La première nouvelle, “Docteur Jeu de Quille” évoque les difficultés d’intégration du jeune Vincent Sabella, fraîchement débarqué dans une nouvelle ville et une nouvelle école. “Tout le bonheur du monde” se déroule la veille du mariage de Grace et Ralph. Avant de s’unir à vie, le couple est déjà dans l’incompréhension et chacun semble étranger aux désirs de l’autre. “Sans peur et sans reproche”, probablement ma nouvelle préférée de l’ouvrage, nous dépeint un passage de l’existence de Walter, un personnage quelque peu masochiste, fasciné et irrésitiblement attiré par l’échec.
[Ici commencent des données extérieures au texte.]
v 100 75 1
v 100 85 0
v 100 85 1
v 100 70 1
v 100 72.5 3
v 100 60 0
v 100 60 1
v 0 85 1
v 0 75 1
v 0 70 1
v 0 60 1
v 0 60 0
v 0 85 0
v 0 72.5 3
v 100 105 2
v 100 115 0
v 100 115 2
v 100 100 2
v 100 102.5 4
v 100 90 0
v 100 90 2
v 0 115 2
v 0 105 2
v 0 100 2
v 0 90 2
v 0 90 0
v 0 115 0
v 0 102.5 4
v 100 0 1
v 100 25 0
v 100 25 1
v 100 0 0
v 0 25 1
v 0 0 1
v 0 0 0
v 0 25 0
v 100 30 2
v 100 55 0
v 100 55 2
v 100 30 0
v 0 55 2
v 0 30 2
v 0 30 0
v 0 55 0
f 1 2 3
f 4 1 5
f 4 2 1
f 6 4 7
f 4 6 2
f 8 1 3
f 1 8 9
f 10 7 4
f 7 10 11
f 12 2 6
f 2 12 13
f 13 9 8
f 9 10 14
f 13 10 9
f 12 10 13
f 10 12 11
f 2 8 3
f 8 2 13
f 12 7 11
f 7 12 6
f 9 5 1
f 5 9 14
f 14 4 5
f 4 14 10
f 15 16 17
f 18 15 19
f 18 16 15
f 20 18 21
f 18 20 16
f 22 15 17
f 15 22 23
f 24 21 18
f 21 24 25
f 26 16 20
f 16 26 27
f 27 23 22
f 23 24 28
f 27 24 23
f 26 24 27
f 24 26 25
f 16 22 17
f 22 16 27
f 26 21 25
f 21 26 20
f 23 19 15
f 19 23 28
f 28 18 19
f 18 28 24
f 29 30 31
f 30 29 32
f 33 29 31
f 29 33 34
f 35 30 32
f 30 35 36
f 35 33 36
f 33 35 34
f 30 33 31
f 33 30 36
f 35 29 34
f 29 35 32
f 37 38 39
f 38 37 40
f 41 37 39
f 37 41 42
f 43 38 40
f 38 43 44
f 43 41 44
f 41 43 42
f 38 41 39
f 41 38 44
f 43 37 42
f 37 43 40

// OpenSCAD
length = 100;
width = 25;
distance = 30;
spike_length = 5;
spike_height = 2;
spike_intersect = 0.5;

module spike() {
    x = spike_intersect * width / 2 / spike_height;
    echo(x);
    translate([0, width/2, 0])
    rotate([90, 0, 90])
    linear_extrude(height=length)
    polygon([
        [-x, -spike_intersect],
        [x, -spike_intersect],
    
//        [-spike_length / 2, 0],
  //      [spike_length / 2, 0],

        [0, spike_height]]);
}

cube([length, width, 1]);

translate([0, distance, 0])
cube([length, width, 2]);

translate([0, 2*distance, 0]) {
    union() {
        cube([length, width, 1]);
        translate([0, 0, 1]) spike();
    }
}

translate([0, 3*distance, 0]) {
    union() {
        cube([length, width, 2]);
        translate([0, 0, 2]) spike();
    }
}
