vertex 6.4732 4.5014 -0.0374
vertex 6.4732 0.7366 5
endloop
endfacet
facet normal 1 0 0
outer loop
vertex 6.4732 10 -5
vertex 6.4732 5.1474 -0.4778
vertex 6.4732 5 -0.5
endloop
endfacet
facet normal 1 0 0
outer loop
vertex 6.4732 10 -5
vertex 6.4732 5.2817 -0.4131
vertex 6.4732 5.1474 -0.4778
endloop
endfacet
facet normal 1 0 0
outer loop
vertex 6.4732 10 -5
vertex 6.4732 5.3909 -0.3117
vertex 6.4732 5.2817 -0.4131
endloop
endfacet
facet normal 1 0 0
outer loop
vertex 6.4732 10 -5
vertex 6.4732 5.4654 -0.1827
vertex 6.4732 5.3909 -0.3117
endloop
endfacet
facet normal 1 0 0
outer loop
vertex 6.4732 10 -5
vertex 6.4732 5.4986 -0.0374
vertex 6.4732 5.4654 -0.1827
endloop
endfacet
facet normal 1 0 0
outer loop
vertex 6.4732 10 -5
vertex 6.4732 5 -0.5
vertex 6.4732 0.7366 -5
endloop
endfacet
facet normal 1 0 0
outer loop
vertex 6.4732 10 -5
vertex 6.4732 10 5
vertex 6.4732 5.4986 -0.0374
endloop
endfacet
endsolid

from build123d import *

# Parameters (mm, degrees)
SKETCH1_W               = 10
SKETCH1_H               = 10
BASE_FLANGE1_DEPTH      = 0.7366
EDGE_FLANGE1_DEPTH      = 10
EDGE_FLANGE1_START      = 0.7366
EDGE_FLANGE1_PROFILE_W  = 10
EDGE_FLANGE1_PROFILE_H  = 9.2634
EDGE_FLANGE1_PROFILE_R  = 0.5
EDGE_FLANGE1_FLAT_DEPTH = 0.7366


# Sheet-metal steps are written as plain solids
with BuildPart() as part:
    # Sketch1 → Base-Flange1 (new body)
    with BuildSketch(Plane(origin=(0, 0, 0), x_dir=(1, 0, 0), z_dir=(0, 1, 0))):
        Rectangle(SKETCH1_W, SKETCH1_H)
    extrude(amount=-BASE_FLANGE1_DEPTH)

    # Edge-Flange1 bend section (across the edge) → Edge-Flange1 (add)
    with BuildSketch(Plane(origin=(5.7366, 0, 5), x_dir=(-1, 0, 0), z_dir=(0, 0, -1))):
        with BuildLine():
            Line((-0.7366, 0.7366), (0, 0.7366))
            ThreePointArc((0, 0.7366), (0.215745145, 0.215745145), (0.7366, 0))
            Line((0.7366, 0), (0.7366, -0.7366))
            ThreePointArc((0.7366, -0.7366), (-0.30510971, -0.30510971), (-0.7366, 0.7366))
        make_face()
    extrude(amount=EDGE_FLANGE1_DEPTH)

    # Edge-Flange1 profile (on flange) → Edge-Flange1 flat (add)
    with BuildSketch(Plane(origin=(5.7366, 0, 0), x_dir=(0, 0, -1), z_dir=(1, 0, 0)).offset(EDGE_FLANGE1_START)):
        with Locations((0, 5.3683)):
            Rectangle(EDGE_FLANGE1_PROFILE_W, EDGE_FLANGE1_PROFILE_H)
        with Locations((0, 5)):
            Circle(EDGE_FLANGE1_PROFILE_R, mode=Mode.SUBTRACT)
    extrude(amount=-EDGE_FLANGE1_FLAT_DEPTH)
On sent aussi une oeuvre ancrée dans l’après-guerre et une Amérique en pleine mutation; “Le mitrailleur” met en scène un héros paumé, acient soldat en manque d’action ressassant sans cesse ses souvenirs de l’armé. De même l’action de “Fini l’an ‘ieux ‘ive l’an neuf !” se déroule dans un hôpital d’anciens combattants. Ou encore “Une petite fête pour Noël” qui met en avant deux institutrices, chacun symbole d’une époque. L’une représente une époque révolue où les mots d’ordre sont respect, distance et morale et l’autre qui se caractérise par la proximité, l’échange et la bonne humeur.
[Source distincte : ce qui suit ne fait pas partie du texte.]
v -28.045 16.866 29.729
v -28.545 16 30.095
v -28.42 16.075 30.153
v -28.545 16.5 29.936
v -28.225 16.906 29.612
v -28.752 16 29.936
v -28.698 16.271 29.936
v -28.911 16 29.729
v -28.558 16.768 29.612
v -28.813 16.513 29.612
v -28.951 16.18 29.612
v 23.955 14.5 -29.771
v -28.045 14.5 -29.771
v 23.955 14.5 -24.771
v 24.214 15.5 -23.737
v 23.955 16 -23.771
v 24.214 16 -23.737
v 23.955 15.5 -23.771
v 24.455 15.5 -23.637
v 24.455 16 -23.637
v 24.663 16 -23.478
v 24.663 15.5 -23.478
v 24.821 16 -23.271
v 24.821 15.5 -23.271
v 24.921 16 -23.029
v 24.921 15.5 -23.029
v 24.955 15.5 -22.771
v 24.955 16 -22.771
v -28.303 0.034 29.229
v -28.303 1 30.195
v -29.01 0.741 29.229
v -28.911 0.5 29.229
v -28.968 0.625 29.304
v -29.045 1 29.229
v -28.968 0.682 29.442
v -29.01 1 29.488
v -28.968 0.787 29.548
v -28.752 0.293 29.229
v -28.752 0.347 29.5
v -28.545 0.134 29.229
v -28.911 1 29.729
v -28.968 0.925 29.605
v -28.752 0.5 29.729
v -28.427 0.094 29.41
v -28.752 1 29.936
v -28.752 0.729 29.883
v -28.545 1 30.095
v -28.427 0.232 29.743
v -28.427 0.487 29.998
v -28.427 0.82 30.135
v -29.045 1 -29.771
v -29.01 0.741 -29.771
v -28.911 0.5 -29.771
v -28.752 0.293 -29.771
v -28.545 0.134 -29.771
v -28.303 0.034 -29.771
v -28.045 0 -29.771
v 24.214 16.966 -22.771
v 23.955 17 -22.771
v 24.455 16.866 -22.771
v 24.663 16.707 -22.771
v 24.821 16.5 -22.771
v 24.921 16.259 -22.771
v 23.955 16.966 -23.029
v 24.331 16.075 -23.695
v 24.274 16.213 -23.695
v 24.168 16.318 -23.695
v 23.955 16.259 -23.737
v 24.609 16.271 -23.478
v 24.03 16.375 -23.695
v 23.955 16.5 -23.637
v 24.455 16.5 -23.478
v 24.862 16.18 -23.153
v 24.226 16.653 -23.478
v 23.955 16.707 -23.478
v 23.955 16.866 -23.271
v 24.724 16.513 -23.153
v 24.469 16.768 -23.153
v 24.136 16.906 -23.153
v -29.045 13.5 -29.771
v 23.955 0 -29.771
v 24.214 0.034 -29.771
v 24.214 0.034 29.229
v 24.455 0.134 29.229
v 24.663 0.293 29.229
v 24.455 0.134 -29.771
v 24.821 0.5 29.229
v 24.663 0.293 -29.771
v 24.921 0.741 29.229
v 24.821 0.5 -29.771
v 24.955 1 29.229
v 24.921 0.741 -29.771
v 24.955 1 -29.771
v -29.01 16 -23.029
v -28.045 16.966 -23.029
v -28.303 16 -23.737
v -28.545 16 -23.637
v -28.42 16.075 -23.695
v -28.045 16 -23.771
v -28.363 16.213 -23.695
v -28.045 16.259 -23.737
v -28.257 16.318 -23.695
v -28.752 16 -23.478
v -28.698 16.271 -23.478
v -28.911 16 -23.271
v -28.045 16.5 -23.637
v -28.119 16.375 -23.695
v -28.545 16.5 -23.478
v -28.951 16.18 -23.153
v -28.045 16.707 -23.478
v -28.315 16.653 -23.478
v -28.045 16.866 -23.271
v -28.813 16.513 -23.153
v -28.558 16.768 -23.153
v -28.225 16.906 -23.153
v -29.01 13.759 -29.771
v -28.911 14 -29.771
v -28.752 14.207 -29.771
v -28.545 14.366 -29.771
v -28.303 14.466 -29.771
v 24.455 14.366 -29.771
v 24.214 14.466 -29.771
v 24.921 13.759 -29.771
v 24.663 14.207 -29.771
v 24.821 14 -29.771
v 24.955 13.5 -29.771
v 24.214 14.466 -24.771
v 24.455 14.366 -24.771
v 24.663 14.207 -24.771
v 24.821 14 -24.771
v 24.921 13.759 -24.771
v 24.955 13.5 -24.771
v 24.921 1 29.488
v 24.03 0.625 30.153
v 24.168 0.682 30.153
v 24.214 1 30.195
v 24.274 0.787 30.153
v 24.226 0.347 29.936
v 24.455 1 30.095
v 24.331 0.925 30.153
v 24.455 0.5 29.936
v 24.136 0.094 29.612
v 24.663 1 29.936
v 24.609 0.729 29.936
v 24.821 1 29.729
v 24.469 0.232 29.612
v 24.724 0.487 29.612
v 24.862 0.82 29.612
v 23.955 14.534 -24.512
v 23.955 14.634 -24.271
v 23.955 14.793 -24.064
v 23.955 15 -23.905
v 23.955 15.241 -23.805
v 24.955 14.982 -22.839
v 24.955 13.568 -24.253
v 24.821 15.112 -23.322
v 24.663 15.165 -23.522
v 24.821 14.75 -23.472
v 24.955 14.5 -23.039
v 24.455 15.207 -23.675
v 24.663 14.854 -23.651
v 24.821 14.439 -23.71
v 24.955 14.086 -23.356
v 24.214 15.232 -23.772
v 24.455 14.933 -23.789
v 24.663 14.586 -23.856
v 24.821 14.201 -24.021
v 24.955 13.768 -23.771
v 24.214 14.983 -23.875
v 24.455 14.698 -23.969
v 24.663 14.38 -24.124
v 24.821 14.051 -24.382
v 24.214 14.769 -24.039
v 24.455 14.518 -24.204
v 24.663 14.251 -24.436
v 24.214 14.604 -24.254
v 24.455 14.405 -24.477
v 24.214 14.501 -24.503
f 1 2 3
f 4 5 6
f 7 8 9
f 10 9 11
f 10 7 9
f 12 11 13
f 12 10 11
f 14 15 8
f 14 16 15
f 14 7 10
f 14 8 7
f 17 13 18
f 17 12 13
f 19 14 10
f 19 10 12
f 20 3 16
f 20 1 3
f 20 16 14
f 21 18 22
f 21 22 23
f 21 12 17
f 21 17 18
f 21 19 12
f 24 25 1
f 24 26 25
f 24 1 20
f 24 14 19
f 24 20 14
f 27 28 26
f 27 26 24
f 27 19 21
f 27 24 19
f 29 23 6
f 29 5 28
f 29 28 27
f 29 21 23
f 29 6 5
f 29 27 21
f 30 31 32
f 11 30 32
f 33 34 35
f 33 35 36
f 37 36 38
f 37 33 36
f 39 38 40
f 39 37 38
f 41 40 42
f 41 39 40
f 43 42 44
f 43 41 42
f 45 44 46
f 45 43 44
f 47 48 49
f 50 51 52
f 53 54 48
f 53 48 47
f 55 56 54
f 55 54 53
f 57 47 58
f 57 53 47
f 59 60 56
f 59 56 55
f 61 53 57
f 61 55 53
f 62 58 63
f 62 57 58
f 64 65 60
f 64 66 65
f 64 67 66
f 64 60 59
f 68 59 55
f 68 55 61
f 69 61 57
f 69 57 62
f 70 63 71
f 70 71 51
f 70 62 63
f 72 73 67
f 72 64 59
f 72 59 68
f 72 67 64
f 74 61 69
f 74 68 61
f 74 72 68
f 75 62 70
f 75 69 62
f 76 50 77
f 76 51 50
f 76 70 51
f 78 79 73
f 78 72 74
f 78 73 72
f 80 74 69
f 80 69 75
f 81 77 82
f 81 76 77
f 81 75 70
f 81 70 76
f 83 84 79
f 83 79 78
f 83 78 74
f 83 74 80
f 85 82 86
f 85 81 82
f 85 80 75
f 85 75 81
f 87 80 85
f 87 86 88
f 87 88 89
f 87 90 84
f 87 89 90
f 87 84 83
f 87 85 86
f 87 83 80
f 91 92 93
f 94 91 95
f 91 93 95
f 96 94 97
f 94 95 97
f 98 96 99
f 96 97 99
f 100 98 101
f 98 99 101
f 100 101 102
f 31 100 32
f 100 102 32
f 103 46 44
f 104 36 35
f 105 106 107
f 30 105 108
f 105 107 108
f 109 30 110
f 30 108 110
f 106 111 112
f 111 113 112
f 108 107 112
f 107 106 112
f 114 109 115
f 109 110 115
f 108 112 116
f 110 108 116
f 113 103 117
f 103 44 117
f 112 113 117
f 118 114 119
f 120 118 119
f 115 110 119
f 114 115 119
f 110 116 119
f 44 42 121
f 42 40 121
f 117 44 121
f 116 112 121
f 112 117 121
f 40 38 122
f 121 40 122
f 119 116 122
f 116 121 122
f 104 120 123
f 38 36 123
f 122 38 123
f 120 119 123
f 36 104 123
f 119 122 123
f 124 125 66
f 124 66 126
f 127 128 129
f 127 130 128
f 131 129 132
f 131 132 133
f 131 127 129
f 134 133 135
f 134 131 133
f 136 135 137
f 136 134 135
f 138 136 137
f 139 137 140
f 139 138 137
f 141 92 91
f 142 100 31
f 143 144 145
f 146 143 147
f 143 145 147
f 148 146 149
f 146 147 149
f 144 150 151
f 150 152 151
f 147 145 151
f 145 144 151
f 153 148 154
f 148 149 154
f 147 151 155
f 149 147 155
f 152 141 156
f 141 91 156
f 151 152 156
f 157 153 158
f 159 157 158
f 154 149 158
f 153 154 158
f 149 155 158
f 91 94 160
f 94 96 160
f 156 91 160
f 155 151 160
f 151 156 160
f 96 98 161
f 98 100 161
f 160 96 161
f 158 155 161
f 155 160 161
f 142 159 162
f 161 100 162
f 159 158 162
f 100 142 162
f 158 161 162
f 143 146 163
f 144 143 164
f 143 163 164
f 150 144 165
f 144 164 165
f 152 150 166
“Il était indéniable que le rôle de bon perdant avait toujours eu pour lui un attrait immodéré. Pendant toute son enfance, il s’y était spécialisé, perdant crânement des combats contre des garçons plus forts, jouant mal au football dans le secret espoir d’être blessé et théâtralement emmené hors du terrain.”

Oeuvre d’une grande intelligence, plein de lucidité et de mélancolie sans tirer sur la corde sensible – car il sait mettre en lumière et distancier. Yates livre encore un petit bijoux, il montre qu’avec peu de lignes on peut dire beaucoup. Eric Neuhoff, critique littéraire, écrivait il y a quelques temps “Les Prix Littéraires ? Donnez-les tous à Richard Yates”, plus je découvre son oeuvre, plus je partage cette opinion…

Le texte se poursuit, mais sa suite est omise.